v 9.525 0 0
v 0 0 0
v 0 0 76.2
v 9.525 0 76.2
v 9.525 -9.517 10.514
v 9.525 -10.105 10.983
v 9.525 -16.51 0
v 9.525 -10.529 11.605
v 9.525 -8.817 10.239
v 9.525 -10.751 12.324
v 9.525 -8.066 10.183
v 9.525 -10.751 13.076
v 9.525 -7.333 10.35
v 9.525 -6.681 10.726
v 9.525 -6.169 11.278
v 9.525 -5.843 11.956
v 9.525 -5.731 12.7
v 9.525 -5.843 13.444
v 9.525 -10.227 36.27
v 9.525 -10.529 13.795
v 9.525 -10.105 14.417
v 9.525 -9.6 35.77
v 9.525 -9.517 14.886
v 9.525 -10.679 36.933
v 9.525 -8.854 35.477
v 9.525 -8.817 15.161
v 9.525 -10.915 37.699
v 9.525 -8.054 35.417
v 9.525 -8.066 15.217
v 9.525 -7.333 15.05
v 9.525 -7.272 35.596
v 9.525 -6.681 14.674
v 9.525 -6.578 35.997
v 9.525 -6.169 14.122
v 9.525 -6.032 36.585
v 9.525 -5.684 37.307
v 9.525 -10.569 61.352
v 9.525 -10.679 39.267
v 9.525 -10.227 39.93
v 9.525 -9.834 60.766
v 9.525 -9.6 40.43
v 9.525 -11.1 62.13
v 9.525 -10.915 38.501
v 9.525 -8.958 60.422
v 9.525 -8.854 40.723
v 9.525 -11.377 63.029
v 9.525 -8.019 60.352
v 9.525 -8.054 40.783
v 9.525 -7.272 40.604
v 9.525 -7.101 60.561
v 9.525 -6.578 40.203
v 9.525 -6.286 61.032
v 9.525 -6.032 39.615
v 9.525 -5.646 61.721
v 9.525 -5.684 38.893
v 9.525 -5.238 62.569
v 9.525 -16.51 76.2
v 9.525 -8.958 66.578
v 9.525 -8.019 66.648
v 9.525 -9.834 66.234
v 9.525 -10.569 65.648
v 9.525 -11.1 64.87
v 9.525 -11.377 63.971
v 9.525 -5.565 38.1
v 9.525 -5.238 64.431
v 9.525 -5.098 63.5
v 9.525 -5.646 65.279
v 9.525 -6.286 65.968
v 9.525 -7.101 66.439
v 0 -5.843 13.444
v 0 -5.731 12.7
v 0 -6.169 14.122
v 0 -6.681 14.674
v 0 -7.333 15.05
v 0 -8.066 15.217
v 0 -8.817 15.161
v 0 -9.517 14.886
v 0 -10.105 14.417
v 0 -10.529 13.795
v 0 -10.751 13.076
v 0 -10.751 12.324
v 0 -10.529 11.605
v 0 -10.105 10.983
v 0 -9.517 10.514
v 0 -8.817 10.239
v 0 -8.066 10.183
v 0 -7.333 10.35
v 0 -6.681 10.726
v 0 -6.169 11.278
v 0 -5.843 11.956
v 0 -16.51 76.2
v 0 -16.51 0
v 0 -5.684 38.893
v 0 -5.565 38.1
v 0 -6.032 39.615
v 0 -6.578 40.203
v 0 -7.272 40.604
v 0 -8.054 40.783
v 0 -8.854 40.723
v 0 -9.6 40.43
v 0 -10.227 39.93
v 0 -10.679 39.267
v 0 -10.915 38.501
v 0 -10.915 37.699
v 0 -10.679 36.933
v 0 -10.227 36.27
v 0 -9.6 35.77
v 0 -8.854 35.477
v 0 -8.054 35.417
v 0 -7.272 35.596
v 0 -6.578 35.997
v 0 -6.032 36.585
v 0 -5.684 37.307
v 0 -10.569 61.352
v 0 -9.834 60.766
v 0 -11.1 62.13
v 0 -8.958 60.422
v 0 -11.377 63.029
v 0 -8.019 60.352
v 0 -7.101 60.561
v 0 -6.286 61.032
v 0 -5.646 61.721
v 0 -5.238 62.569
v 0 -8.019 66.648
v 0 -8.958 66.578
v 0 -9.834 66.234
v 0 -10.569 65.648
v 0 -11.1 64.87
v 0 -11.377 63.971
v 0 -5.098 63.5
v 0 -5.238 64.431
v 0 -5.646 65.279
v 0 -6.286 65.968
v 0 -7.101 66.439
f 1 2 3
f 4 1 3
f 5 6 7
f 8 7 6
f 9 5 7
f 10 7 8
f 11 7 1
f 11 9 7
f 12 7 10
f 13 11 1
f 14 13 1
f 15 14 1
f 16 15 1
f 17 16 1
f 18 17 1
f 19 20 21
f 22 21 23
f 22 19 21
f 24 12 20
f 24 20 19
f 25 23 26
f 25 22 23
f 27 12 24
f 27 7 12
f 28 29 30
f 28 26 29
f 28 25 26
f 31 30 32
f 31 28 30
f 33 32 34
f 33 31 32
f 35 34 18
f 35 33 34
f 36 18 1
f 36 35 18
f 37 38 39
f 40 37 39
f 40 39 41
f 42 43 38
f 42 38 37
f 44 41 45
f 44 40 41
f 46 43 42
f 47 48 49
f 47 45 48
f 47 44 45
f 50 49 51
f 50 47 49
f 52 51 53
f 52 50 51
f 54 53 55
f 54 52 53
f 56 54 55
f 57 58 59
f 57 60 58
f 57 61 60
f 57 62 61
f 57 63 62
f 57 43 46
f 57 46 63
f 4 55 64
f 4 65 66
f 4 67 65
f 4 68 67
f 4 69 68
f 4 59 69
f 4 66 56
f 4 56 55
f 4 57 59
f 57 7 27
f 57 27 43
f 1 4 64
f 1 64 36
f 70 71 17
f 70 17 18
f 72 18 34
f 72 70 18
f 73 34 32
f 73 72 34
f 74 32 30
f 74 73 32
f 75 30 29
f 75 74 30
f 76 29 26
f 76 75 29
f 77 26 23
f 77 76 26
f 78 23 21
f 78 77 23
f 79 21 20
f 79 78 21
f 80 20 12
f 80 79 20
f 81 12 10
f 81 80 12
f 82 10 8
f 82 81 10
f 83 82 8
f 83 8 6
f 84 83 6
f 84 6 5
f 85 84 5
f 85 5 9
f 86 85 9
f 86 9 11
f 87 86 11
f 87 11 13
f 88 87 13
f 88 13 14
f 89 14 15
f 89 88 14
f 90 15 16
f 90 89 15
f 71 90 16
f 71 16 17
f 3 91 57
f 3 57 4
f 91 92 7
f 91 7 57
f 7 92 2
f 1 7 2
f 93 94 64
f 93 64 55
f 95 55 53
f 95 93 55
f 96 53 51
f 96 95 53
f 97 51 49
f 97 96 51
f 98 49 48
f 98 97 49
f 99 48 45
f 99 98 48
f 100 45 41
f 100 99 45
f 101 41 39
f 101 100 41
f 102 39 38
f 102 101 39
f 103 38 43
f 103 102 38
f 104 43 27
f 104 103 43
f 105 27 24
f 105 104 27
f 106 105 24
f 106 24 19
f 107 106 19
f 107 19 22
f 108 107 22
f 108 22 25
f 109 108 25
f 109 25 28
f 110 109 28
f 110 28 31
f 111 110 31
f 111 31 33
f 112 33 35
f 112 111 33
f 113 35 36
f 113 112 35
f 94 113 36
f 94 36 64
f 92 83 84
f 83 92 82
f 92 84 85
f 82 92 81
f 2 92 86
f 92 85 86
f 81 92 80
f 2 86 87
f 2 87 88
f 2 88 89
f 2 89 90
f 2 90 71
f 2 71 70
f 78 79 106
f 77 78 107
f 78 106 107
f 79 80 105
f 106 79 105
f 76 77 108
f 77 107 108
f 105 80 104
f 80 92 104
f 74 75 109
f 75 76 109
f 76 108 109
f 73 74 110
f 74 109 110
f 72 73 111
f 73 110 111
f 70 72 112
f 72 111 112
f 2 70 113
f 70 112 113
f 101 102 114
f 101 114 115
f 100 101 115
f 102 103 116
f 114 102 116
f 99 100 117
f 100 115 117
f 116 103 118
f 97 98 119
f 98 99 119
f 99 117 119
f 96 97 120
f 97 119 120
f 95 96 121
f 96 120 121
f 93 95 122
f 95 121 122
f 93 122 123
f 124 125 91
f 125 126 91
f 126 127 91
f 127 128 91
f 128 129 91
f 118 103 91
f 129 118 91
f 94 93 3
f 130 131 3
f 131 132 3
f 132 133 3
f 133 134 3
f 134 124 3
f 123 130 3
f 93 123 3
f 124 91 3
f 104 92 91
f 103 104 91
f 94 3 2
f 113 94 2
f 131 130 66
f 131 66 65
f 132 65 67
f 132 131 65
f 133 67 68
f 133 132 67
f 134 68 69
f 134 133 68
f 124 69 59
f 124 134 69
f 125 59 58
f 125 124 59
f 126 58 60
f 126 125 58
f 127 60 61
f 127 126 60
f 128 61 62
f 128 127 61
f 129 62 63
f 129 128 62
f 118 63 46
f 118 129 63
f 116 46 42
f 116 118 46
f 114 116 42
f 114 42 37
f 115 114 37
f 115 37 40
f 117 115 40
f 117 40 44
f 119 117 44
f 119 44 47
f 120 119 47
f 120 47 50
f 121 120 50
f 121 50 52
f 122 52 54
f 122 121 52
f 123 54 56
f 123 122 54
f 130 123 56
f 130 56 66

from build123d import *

# Parameters (mm, degrees)
F0_W     = 16.51
F0_H     = 76.2
F0_R     = 2.52436
F0_R_2   = 2.690087
F0_R_3   = 3.157328
F1_DEPTH = 9.525


with BuildPart() as f1:
    # F0 (on Right) → F1 (new body)
    with BuildSketch(Plane.YZ):
        with Locations((-8.255, 38.1)):
            Rectangle(F0_W, F0_H)
        with Locations((-8.255, 12.7)):
            Circle(F0_R, mode=Mode.SUBTRACT)
        with Locations((-8.255, 38.1)):
            Circle(F0_R_2, mode=Mode.SUBTRACT)
        with Locations((-8.255, 63.5)):
            Circle(F0_R_3, mode=Mode.SUBTRACT)
    extrude(amount=F1_DEPTH)


solid = f1.part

───

▶ **INSTRUCTIONS TO FOLLOW**: Everything above from the line containing "f 119 117 44" through the line containing "f 130 56 66" must be copied exactly. Nothing outside that range belongs in the answer.

▶ **RESPONSE TO THE EXERCISE**:
f 119 117 44
f 119 44 47
f 120 119 47
f 120 47 50
f 121 120 50
f 121 50 52
f 122 52 54
f 122 121 52
f 123 54 56
f 123 122 54
f 130 123 56
f 130 56 66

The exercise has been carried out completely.